Content starts

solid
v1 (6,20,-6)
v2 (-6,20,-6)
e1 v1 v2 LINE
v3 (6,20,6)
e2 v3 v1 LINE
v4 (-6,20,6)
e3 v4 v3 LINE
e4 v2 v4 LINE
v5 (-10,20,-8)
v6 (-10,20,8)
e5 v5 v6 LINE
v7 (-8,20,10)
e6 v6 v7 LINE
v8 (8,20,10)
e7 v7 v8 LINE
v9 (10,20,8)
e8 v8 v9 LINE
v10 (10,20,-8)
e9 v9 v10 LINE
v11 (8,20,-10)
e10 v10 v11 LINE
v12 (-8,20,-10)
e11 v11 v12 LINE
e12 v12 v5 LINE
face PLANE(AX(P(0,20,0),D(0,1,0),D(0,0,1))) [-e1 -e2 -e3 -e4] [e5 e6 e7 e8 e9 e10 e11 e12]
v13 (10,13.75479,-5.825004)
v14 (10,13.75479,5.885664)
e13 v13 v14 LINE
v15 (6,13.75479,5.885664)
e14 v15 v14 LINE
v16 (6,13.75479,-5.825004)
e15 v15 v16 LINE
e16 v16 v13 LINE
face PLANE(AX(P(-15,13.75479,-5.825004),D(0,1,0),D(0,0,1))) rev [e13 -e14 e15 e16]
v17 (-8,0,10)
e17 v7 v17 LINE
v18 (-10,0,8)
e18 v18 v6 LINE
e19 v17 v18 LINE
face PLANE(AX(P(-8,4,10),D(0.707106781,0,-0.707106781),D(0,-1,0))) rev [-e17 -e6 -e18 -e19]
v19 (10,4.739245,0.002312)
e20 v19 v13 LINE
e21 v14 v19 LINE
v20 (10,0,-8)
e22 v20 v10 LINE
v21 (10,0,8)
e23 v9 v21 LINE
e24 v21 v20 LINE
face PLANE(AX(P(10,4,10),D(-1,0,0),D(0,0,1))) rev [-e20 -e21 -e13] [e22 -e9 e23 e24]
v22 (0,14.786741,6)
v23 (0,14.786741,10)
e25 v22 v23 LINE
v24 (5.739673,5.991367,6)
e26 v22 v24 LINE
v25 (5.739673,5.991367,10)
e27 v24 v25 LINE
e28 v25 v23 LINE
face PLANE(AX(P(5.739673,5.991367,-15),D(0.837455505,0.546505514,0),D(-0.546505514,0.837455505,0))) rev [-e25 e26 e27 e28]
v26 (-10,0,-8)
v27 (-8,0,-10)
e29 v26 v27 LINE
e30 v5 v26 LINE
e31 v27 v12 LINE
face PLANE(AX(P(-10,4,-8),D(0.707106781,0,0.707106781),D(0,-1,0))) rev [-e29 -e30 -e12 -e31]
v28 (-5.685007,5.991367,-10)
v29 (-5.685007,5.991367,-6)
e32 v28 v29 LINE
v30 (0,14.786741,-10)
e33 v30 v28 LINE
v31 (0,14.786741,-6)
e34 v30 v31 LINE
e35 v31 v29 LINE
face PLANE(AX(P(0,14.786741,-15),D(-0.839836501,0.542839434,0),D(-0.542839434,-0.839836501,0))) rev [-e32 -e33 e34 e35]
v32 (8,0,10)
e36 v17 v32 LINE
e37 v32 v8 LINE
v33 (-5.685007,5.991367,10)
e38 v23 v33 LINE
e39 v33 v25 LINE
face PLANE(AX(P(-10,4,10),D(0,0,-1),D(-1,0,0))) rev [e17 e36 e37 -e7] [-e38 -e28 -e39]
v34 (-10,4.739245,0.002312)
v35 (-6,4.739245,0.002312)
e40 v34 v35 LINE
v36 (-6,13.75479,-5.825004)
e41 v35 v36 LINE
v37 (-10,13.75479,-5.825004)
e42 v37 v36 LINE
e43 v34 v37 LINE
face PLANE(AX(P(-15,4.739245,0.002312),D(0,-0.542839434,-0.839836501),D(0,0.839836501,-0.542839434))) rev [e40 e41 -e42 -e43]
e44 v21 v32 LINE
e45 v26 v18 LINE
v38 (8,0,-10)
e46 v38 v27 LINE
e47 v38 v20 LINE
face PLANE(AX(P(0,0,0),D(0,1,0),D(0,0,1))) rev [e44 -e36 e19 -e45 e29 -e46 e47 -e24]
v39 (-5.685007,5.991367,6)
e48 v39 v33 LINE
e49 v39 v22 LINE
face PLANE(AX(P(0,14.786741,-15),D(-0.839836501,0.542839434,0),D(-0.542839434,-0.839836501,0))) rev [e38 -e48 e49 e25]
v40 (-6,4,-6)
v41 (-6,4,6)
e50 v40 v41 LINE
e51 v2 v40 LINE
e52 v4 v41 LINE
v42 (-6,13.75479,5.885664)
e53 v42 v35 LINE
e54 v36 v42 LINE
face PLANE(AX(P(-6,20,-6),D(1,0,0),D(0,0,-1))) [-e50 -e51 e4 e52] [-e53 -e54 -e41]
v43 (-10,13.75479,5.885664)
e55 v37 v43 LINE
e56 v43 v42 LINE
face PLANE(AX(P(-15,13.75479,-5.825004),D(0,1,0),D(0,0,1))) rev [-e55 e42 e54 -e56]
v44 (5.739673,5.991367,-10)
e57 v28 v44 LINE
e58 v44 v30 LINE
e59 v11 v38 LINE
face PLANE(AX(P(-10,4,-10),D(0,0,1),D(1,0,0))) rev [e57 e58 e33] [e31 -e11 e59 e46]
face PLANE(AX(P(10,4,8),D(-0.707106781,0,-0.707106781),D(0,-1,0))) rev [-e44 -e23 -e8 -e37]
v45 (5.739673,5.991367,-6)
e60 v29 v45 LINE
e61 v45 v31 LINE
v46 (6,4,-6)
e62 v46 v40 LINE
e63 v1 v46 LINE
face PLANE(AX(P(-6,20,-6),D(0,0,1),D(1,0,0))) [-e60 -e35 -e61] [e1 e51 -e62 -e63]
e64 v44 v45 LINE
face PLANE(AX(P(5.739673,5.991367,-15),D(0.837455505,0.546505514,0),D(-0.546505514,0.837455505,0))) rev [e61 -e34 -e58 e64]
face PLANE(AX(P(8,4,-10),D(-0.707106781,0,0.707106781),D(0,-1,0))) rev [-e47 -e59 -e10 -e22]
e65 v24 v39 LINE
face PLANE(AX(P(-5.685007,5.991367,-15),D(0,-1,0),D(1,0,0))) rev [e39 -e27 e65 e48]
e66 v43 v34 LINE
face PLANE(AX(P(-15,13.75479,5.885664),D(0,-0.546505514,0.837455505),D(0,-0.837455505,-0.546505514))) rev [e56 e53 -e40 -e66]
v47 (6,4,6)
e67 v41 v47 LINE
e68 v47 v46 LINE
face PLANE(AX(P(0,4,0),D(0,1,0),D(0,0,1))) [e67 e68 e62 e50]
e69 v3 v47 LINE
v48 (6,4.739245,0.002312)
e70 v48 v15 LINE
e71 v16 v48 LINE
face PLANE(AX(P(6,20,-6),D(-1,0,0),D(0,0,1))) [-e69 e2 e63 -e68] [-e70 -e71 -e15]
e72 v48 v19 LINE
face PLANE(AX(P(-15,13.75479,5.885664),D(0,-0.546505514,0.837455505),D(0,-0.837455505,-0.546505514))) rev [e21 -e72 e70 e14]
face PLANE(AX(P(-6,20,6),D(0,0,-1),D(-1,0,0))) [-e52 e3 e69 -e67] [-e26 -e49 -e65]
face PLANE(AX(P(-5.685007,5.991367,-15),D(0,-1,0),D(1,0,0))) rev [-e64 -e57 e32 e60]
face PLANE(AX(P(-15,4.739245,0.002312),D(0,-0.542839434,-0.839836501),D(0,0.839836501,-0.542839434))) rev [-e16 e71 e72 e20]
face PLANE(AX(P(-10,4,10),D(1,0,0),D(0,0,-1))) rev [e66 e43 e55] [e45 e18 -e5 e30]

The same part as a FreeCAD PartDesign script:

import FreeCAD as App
import Part
import Sketcher
Q = App.Units.Quantity


def edges_at(feature, points):
    """Names of the edges that pass closest to the given points."""
    edges = feature.Shape.Edges
    near = lambda p: min(range(len(edges)), key=lambda i: edges[i].distToShape(Part.Vertex(*p))[0])
    return sorted({f"Edge{near(p) + 1}" for p in points})

doc = App.newDocument("Part")
body = doc.addObject("PartDesign::Body", "Body")

sketch1 = body.newObject("Sketcher::SketchObject", "Sketch")
sketch1.AttachmentSupport = (doc.getObject("XZ_Plane"), [""])
sketch1.MapMode = "FlatFace"
sketch1.addGeometry([
    Part.LineSegment(App.Vector(-10, -10, 0), App.Vector(-10, 10, 0)),
    Part.LineSegment(App.Vector(-10, 10, 0), App.Vector(10, 10, 0)),
    Part.LineSegment(App.Vector(10, 10, 0), App.Vector(10, -10, 0)),
    Part.LineSegment(App.Vector(10, -10, 0), App.Vector(-10, -10, 0)),
], False)
sketch1.addConstraint([
    Sketcher.Constraint("Coincident", 0, 2, 1, 1),
    Sketcher.Constraint("Coincident", 1, 2, 2, 1),
    Sketcher.Constraint("Coincident", 2, 2, 3, 1),
    Sketcher.Constraint("Coincident", 3, 2, 0, 1),
    Sketcher.Constraint("Vertical", 0),
    Sketcher.Constraint("Horizontal", 1),
    Sketcher.Constraint("Vertical", 2),
    Sketcher.Constraint("Horizontal", 3),
    Sketcher.Constraint("Symmetric", 0, 2, 2, 2, -1, 1),
    Sketcher.Constraint("Equal", 3, 0),
    Sketcher.Constraint("DistanceX", 1, 1, 1, 2, Q("20 mm")),
])
pad1 = body.newObject("PartDesign::Pad", "Pad")
pad1.Profile = sketch1
pad1.Length = 4
pad1.Reversed = True

sketch2 = body.newObject("Sketcher::SketchObject", "Sketch001")
sketch2.AttachmentSupport = (doc.getObject("XZ_Plane"), [""])
sketch2.MapMode = "FlatFace"
sketch2.AttachmentOffset = App.Placement(App.Vector(0, 0, -4), App.Rotation())
sketch2.addGeometry([
    Part.LineSegment(App.Vector(-10, -10, 0), App.Vector(-10, 10, 0)),
    Part.LineSegment(App.Vector(-10, 10, 0), App.Vector(10, 10, 0)),
    Part.LineSegment(App.Vector(10, 10, 0), App.Vector(10, -10, 0)),
    Part.LineSegment(App.Vector(10, -10, 0), App.Vector(-10, -10, 0)),
    Part.LineSegment(App.Vector(6, 6, 0), App.Vector(-6, 6, 0)),
    Part.LineSegment(App.Vector(-6, 6, 0), App.Vector(-6, -6, 0)),
    Part.LineSegment(App.Vector(-6, -6, 0), App.Vector(6, -6, 0)),
    Part.LineSegment(App.Vector(6, -6, 0), App.Vector(6, 6, 0)),
], False)
sketch2.addConstraint([
    Sketcher.Constraint("Coincident", 0, 2, 1, 1),
    Sketcher.Constraint("Coincident", 1, 2, 2, 1),
    Sketcher.Constraint("Coincident", 2, 2, 3, 1),
    Sketcher.Constraint("Coincident", 3, 2, 0, 1),
    Sketcher.Constraint("Coincident", 4, 2, 5, 1),
    Sketcher.Constraint("Coincident", 5, 2, 6, 1),
    Sketcher.Constraint("Coincident", 6, 2, 7, 1),
    Sketcher.Constraint("Coincident", 7, 2, 4, 1),
    Sketcher.Constraint("Vertical", 0),
    Sketcher.Constraint("Horizontal", 1),
    Sketcher.Constraint("Vertical", 2),
    Sketcher.Constraint("Horizontal", 3),
    Sketcher.Constraint("Horizontal", 4),
    Sketcher.Constraint("Vertical", 5),
    Sketcher.Constraint("Horizontal", 6),
    Sketcher.Constraint("Vertical", 7),
    Sketcher.Constraint("Symmetric", 0, 2, 2, 2, -1, 1),
    Sketcher.Constraint("Symmetric", 4, 2, 6, 2, -1, 1),
    Sketcher.Constraint("Equal", 3, 0),
    Sketcher.Constraint("Equal", 6, 5),
    Sketcher.Constraint("DistanceX", 1, 1, 1, 2, Q("20 mm")),
    Sketcher.Constraint("DistanceX", 4, 2, 4, 1, Q("12 mm")),
])
pad2 = body.newObject("PartDesign::Pad", "Pad001")
pad2.Profile = sketch2
pad2.Length = 16
pad2.Reversed = True

sketch3 = body.newObject("Sketcher::SketchObject", "Sketch002")
sketch3.AttachmentSupport = (doc.getObject("XY_Plane"), [""])
sketch3.MapMode = "FlatFace"
sketch3.AttachmentOffset = App.Placement(App.Vector(0, 0, 10), App.Rotation())
sketch3.addGeometry([
    Part.LineSegment(App.Vector(0, 14.786741, 0), App.Vector(-5.685007, 5.991367, 0)),
    Part.LineSegment(App.Vector(-5.685007, 5.991367, 0), App.Vector(5.739673, 5.991367, 0)),
    Part.LineSegment(App.Vector(5.739673, 5.991367, 0), App.Vector(0, 14.786741, 0)),
], False)
sketch3.addConstraint([
    Sketcher.Constraint("Coincident", 0, 2, 1, 1),
    Sketcher.Constraint("Coincident", 1, 2, 2, 1),
    Sketcher.Constraint("Coincident", 2, 2, 0, 1),
    Sketcher.Constraint("Horizontal", 1),
    Sketcher.Constraint("PointOnObject", 2, 2, -2),
    Sketcher.Constraint("DistanceX", 1, 1, 1, 2, Q("11.424679 mm")),
    Sketcher.Constraint("DistanceY", -1, 1, 2, 2, Q("14.786741 mm")),
    Sketcher.Constraint("Distance", 0, Q("10.472722 mm")),
    Sketcher.Constraint("Distance", 2, Q("10.502497 mm")),
])
pocket1 = body.newObject("PartDesign::Pocket", "Pocket")
pocket1.Profile = sketch3
pocket1.Length = 25

sketch4 = body.newObject("Sketcher::SketchObject", "Sketch003")
sketch4.AttachmentSupport = (doc.getObject("YZ_Plane"), [""])
sketch4.MapMode = "FlatFace"
sketch4.AttachmentOffset = App.Placement(App.Vector(0, 0, 10), App.Rotation())
sketch4.addGeometry([
    Part.LineSegment(App.Vector(4.739245, 0.002312, 0), App.Vector(13.75479, -5.825004, 0)),
    Part.LineSegment(App.Vector(13.75479, -5.825004, 0), App.Vector(13.75479, 5.885664, 0)),
    Part.LineSegment(App.Vector(13.75479, 5.885664, 0), App.Vector(4.739245, 0.002312, 0)),
], False)
sketch4.addConstraint([
    Sketcher.Constraint("Coincident", 0, 2, 1, 1),
    Sketcher.Constraint("Coincident", 1, 2, 2, 1),
    Sketcher.Constraint("Coincident", 2, 2, 0, 1),
    Sketcher.Constraint("Vertical", 1),
    Sketcher.Constraint("Distance", 2, Q("10.765402 mm")),
    Sketcher.Constraint("DistanceY", 1, 1, 1, 2, Q("11.710668 mm")),
    Sketcher.Constraint("Distance", 0, Q("10.734881 mm")),
    Sketcher.Constraint("DistanceX", -1, 1, 0, 2, Q("13.75479 mm")),
    Sketcher.Constraint("DistanceY", 0, 2, -1, 1, Q("5.825004 mm")),
])
pocket2 = body.newObject("PartDesign::Pocket", "Pocket001")
pocket2.Profile = sketch4
pocket2.Length = 25
doc.recompute()

chamfer = body.newObject("PartDesign::Chamfer", "Chamfer")
chamfer.Base = (pocket2, edges_at(pocket2, [
    (10, 10, -10),
    (10, 10, 10),
    (-10, 10, 10),
    (-10, 10, -10),
]))
chamfer.Size = 2

doc.recompute()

Content ends

Problem description: Print, without alteration, only the lines above between the one holding "v32 (8,0,10)" and the one holding "e51 v2 v40 LINE", inclusive.

Solution for this exercise:
v32 (8,0,10)
e36 v17 v32 LINE
e37 v32 v8 LINE
v33 (-5.685007,5.991367,10)
e38 v23 v33 LINE
e39 v33 v25 LINE
face PLANE(AX(P(-10,4,10),D(0,0,-1),D(-1,0,0))) rev [e17 e36 e37 -e7] [-e38 -e28 -e39]
v34 (-10,4.739245,0.002312)
v35 (-6,4.739245,0.002312)
e40 v34 v35 LINE
v36 (-6,13.75479,-5.825004)
e41 v35 v36 LINE
v37 (-10,13.75479,-5.825004)
e42 v37 v36 LINE
e43 v34 v37 LINE
face PLANE(AX(P(-15,4.739245,0.002312),D(0,-0.542839434,-0.839836501),D(0,0.839836501,-0.542839434))) rev [e40 e41 -e42 -e43]
e44 v21 v32 LINE
e45 v26 v18 LINE
v38 (8,0,-10)
e46 v38 v27 LINE
e47 v38 v20 LINE
face PLANE(AX(P(0,0,0),D(0,1,0),D(0,0,1))) rev [e44 -e36 e19 -e45 e29 -e46 e47 -e24]
v39 (-5.685007,5.991367,6)
e48 v39 v33 LINE
e49 v39 v22 LINE
face PLANE(AX(P(0,14.786741,-15),D(-0.839836501,0.542839434,0),D(-0.542839434,-0.839836501,0))) rev [e38 -e48 e49 e25]
v40 (-6,4,-6)
v41 (-6,4,6)
e50 v40 v41 LINE
e51 v2 v40 LINE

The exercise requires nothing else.